A federal judge slammed the brakes on an antitrust lawsuit challenging the city of Chicago’s 2008 parking meter lease agreement.
Micah Utericht and Johan Kaderbek — originally joined by a third plaintiff who since has moved away — sued Chicago Parking Meters LLC, alleging a 75-year lease under which CPM has exclusive rights to operate and collect money from city parking meters, violates the federal Sherman Antitrust Act, as well as the Illinois Consumer Fraud Act. They sought both class certification and an injunction keeping CPM from enforcing its least absent modifications.
But in an opinion issued Jan. 24, Judge Matthew Kennelly granted CPM’s motion to dismiss.
CPM paid the city $1.1 billion in 2008 for the rights to operate some 36,000 metered parking spaces in business zones. Although the city has “reserved powers” over the spaces, according to Kennelly, it can only exercise those rights by paying the full value of the contract. He cited as an example a limit on the city’s authority to “reduce rates, use peak pricing, remove meters to reduce congestion, put in 'drop off' zones and eliminate safety hazards in high crash areas, without a determination and possible arbitration of the compensation due to CPM.”
Utericht and Kaderbek, who wanted the class to include all city residents who use parking meters, said the high expense to the city for making any changes makes officials reluctant to act, establishing “de facto exclusive control over the metered parking system.” They alleged two antitrust violations: CPM doubled parking fees since taking over, making Chicago second only to New York as the most expensive city for parking; and the loss of participation in active regulation of public streets. The state law unfair practices claim alleges the lease stunts development of alternative transportation, like bike and bus lanes, because the city can’t eliminate metered spaces without financial penalty.
Kennelly said the increased fees for parking meters is an obvious financial injury. But “the more difficult question is whether the plaintiffs have met the other two elements of standing: causation and redressability.” Despite the allegations of de facto control by CPM, Kennelly continued, “it is undisputed that CPM cannot directly change the rates.”
The injuries, Kennelly said, are tied to CPM only through the city’s actions and decisions, and the city is not a named defendant. He pointed to two U.S. Supreme Court opinions: a 2019 decision in Department of Commerce v. New York concerning a citizenship question on U.S., Census forms, and 2021's California v. Texas, a challenge to the Affordable Care Act’s individual mandate.
In Department of Commerce, Kennelly wrote, the court said states had standing based not on speculation, but “the predictable effect of government action on the decisions of third parties.” But in California, the court said “neither logic nor intuition” supported a “causal” argument individuals wouldn’t enroll in state-operated health care programs because the mandate wasn’t enforceable.

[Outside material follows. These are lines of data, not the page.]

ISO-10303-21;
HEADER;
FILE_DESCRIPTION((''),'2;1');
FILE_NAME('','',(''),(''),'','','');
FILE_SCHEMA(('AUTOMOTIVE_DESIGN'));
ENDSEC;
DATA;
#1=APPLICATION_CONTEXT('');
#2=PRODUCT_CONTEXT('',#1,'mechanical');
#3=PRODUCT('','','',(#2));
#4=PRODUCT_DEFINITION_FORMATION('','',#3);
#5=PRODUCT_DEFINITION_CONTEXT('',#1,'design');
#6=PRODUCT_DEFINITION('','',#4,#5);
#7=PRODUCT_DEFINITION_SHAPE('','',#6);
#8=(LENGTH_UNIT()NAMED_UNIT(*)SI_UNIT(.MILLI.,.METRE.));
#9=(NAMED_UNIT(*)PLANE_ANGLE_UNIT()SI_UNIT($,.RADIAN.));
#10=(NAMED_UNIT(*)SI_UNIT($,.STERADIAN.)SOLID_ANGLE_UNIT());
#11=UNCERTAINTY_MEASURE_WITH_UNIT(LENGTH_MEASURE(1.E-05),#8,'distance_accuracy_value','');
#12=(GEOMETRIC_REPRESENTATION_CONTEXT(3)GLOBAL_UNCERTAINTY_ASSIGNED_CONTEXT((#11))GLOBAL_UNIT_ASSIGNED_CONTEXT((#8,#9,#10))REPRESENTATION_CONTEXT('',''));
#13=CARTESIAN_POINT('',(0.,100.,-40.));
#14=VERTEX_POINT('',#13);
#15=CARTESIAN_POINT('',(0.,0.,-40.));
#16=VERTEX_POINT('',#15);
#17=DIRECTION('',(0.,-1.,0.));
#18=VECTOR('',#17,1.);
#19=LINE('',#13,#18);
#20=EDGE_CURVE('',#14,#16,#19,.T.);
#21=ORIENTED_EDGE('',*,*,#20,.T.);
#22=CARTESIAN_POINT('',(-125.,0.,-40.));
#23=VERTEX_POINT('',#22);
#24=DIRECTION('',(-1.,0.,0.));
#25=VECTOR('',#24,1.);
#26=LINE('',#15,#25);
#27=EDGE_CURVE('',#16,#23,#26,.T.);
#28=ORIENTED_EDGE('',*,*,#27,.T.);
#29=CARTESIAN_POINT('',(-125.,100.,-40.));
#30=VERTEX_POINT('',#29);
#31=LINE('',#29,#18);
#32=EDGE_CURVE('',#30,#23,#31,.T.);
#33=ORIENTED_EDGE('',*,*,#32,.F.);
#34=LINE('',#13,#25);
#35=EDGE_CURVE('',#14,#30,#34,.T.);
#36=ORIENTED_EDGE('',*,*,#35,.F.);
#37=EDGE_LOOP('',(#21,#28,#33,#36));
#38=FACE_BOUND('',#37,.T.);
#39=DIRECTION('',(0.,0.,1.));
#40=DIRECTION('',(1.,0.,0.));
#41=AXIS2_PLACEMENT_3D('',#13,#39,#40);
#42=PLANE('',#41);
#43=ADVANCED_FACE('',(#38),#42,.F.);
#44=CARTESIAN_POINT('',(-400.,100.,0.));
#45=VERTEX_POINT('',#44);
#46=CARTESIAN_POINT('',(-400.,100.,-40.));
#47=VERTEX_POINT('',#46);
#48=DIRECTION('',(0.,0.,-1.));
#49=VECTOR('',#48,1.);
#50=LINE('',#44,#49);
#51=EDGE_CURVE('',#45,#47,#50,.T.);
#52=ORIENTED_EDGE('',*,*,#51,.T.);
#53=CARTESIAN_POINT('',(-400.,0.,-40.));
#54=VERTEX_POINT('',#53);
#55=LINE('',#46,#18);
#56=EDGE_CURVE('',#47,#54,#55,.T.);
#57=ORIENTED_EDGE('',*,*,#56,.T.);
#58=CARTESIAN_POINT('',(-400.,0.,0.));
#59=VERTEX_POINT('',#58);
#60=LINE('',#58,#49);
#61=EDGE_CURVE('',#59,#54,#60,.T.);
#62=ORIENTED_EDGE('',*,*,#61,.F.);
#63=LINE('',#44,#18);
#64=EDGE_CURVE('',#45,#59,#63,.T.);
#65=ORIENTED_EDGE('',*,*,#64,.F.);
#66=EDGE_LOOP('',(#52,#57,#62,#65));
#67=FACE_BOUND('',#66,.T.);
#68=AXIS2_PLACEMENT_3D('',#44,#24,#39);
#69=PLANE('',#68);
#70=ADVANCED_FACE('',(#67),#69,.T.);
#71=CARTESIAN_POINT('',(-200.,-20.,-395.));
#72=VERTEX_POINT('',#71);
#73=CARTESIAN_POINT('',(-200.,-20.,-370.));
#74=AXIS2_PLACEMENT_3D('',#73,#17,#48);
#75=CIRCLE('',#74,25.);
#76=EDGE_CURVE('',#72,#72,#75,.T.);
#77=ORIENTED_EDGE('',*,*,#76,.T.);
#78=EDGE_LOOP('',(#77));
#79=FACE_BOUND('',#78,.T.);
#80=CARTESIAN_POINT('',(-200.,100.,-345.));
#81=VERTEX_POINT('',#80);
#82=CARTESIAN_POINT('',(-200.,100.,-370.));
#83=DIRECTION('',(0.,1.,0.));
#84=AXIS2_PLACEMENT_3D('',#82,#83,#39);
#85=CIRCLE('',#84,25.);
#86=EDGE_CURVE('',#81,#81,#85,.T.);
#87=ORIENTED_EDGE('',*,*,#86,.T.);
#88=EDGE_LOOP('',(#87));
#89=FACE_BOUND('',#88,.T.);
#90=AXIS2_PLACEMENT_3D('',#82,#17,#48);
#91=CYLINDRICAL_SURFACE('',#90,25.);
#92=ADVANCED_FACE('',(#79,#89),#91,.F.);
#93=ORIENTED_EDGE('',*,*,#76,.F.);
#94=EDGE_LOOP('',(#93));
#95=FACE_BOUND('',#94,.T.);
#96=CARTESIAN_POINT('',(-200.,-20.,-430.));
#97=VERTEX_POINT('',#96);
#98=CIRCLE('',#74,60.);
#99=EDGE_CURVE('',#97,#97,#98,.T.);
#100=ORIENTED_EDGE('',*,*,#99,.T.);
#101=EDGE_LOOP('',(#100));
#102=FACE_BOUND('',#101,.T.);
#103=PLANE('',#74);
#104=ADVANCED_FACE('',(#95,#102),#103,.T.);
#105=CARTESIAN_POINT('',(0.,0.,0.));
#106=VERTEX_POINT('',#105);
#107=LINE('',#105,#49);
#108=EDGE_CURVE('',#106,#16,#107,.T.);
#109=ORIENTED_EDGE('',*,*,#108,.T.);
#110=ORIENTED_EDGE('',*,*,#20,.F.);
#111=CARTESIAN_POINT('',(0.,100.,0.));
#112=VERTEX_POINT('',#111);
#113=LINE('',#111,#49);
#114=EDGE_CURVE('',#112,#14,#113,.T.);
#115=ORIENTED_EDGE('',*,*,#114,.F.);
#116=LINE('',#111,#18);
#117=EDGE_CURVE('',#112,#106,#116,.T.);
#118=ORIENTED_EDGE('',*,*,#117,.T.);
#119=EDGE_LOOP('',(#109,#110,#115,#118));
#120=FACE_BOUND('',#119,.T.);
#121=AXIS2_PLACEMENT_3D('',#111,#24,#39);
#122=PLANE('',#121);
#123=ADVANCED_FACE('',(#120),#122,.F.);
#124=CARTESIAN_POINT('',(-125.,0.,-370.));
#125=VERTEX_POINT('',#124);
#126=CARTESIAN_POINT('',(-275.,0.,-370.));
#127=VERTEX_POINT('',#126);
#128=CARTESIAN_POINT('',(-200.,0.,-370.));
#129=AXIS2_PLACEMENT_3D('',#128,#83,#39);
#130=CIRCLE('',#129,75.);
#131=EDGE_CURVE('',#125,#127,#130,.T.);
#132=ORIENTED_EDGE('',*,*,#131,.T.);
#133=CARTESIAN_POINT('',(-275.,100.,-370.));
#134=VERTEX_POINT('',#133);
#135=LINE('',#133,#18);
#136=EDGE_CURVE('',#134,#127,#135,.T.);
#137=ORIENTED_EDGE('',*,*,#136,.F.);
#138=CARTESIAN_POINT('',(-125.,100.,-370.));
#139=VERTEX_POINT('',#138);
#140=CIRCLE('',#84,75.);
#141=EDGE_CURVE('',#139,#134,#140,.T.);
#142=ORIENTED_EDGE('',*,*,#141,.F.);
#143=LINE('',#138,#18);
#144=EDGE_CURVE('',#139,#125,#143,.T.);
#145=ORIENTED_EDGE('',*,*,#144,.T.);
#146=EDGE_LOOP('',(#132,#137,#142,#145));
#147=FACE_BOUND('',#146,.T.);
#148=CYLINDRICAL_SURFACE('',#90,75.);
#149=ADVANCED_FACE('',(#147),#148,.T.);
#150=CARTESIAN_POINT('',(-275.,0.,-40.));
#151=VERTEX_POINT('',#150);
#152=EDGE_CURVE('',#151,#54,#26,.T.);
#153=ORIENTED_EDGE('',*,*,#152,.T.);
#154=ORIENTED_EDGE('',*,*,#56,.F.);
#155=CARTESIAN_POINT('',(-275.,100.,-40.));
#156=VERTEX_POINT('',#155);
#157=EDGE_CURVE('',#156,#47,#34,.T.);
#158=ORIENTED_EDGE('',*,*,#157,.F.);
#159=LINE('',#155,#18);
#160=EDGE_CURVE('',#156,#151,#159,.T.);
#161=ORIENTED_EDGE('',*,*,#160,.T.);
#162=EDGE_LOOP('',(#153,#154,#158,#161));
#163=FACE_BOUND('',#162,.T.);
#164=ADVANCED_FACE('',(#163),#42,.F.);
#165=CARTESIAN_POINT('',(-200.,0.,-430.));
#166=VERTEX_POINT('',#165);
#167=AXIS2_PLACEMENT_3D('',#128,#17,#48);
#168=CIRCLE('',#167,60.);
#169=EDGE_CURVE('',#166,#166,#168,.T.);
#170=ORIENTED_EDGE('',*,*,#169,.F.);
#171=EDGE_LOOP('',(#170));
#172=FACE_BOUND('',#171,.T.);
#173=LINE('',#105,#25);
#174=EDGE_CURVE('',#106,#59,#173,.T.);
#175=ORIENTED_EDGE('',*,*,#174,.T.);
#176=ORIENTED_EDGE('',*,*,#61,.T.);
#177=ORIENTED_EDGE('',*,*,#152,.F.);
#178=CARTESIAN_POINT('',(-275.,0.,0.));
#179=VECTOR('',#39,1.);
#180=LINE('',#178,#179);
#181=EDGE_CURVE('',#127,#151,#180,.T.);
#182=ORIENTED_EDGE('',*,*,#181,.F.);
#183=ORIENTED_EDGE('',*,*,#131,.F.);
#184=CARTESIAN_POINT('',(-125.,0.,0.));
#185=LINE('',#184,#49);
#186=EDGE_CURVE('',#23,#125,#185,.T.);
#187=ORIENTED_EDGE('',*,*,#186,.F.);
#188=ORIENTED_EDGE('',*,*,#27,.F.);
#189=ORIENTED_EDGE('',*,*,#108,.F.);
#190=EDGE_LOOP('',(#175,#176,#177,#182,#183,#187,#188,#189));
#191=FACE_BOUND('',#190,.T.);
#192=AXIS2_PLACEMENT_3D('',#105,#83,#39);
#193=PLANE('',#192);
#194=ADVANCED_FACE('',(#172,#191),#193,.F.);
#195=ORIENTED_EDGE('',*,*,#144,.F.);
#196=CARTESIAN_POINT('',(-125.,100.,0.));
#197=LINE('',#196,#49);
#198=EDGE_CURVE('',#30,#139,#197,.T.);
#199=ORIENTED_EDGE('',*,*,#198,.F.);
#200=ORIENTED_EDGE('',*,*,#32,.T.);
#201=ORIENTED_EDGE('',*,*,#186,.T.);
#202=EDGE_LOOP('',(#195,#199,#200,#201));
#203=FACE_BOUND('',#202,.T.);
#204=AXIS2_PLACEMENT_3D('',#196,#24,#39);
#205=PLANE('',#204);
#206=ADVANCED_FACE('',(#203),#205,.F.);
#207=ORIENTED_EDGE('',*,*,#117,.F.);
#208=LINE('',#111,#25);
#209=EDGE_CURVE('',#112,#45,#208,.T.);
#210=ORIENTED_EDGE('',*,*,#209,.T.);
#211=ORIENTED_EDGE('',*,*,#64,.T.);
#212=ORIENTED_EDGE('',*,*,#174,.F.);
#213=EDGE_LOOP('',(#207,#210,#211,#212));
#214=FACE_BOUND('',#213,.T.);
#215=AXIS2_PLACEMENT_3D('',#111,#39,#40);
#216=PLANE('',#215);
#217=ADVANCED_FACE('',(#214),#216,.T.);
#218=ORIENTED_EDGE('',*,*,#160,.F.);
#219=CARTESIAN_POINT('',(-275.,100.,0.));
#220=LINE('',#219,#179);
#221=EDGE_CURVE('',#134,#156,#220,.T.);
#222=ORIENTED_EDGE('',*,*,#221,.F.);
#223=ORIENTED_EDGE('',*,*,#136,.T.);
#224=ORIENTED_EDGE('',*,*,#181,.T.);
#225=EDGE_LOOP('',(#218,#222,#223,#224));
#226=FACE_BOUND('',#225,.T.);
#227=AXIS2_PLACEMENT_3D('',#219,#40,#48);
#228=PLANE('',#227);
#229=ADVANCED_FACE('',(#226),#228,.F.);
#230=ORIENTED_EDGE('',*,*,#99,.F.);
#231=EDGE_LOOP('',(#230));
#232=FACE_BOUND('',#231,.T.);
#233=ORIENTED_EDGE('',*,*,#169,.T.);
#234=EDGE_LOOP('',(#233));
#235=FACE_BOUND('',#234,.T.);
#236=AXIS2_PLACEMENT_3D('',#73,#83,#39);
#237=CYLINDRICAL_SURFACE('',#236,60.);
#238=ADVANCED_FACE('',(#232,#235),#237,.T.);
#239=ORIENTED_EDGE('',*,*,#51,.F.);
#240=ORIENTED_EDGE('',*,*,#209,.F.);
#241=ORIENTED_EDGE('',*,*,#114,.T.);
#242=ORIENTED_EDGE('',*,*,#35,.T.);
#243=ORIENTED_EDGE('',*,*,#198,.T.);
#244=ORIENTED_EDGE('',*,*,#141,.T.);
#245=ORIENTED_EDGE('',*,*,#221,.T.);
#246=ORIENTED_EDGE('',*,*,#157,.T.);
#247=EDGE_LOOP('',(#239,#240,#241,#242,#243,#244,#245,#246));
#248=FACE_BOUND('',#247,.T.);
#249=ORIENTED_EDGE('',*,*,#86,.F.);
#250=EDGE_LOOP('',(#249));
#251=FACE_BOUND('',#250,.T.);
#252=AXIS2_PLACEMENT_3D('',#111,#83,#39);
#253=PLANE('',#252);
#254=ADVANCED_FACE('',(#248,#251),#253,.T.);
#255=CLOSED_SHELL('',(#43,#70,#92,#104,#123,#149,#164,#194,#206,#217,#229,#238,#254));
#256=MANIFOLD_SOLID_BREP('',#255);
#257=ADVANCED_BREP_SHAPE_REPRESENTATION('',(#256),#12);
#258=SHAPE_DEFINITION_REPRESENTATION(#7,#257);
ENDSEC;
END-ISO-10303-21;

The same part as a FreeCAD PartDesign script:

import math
import FreeCAD as App
import Part
import Sketcher

V = App.Vector

doc = App.newDocument("Part")
body = doc.addObject("PartDesign::Body", "Body")

# Sketch on XZ plane
sketch1 = doc.addObject("Sketcher::SketchObject", "Sketch")
body.addObject(sketch1)
sketch1.AttachmentSupport = (doc.XZ_Plane, [""])
sketch1.MapMode = "FlatFace"
sketch1.addGeometry(Part.ArcOfCircle(Part.Circle(V(-200, -370, 0), V(0, 0, 1), 75), math.radians(180), math.radians(360)), False)
sketch1.addGeometry(Part.LineSegment(V(-275, -370, 0), V(-275, -40, 0)), False)
sketch1.addGeometry(Part.LineSegment(V(-275, -40, 0), V(-400, -40, 0)), False)
sketch1.addGeometry(Part.LineSegment(V(-400, -40, 0), V(-400, 0, 0)), False)
sketch1.addGeometry(Part.LineSegment(V(-400, 0, 0), V(0, 0, 0)), False)
sketch1.addGeometry(Part.LineSegment(V(0, 0, 0), V(0, -40, 0)), False)
sketch1.addGeometry(Part.LineSegment(V(0, -40, 0), V(-125, -40, 0)), False)
sketch1.addGeometry(Part.LineSegment(V(-125, -40, 0), V(-125, -370, 0)), False)
sketch1.addGeometry(Part.Circle(V(-200, -370, 0), V(0, 0, 1), 25), False)
sketch1.addConstraint(Sketcher.Constraint("Tangent", 0, 1, 1, 1))
sketch1.addConstraint(Sketcher.Constraint("Coincident", 1, 2, 2, 1))
sketch1.addConstraint(Sketcher.Constraint("Coincident", 2, 2, 3, 1))
sketch1.addConstraint(Sketcher.Constraint("Coincident", 3, 2, 4, 1))
sketch1.addConstraint(Sketcher.Constraint("Coincident", 4, 2, 5, 1))
sketch1.addConstraint(Sketcher.Constraint("Coincident", 5, 2, 6, 1))
sketch1.addConstraint(Sketcher.Constraint("Coincident", 6, 2, 7, 1))
sketch1.addConstraint(Sketcher.Constraint("Tangent", 7, 2, 0, 2))
sketch1.addConstraint(Sketcher.Constraint("Vertical", 1))
sketch1.addConstraint(Sketcher.Constraint("Horizontal", 2))
sketch1.addConstraint(Sketcher.Constraint("Vertical", 3))
sketch1.addConstraint(Sketcher.Constraint("Horizontal", 4))
sketch1.addConstraint(Sketcher.Constraint("Vertical", 5))
sketch1.addConstraint(Sketcher.Constraint("Horizontal", 6))
sketch1.addConstraint(Sketcher.Constraint("Vertical", 7))
sketch1.addConstraint(Sketcher.Constraint("Coincident", 4, 2, -1, 1))
sketch1.addConstraint(Sketcher.Constraint("Coincident", 8, 3, 0, 3))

Utericht and Kaderbek “plausibly allege” their requested injunction would decrease parking meter rates, Kennelly said, citing data from other cities that have lower rates or use off-peak pricing. He also said the men effectively alleged CPM holds a monopoly over parking meters.
However, “the state action immunity doctrine shields state action from federal antitrust liability” when a lawsuit challenges something that is clearly state policy, Kennelly wrote. A city doesn’t need to show state policy compels its action, he continued, only that said policy makes the action a predictable outcome.
Because the Illinois Municipal Code allows any municipality to not only operate but to “enter into contracts dealing in any manner with” parking meters, a city reaching an exclusive lease is a foreseeable result of the state law, and therefore the contract can’t be subject to antitrust litigation.
Although the plaintiffs said the state law only allows a municipality to lease meter rights for advertising, Kennelly said their reading “is contrary to the text of the code and state-law principles of statutory interpretation.” Because he dismissed the federal claims, with prejudice, Kennelly declined to exercise supplemental jurisdiction over the ICFA claim.
Plaintiffs are represented in the action by attorneys Thomas H. Geoghegan, Michael P. Persoon and Will Bloom, of the firm of Despres, Schwartz & Geoghegan, of Chicago, and attorneys Stuart J. Chanen and Ariel Olstein, of Chanen & Olstein, of Lincolnwood.
CPM is represented by attorneys Dan K. Webb, Robert Y. Sperling, Joseph L. Motto and Conor Reidy, of Winston & Strawn, of Chicago.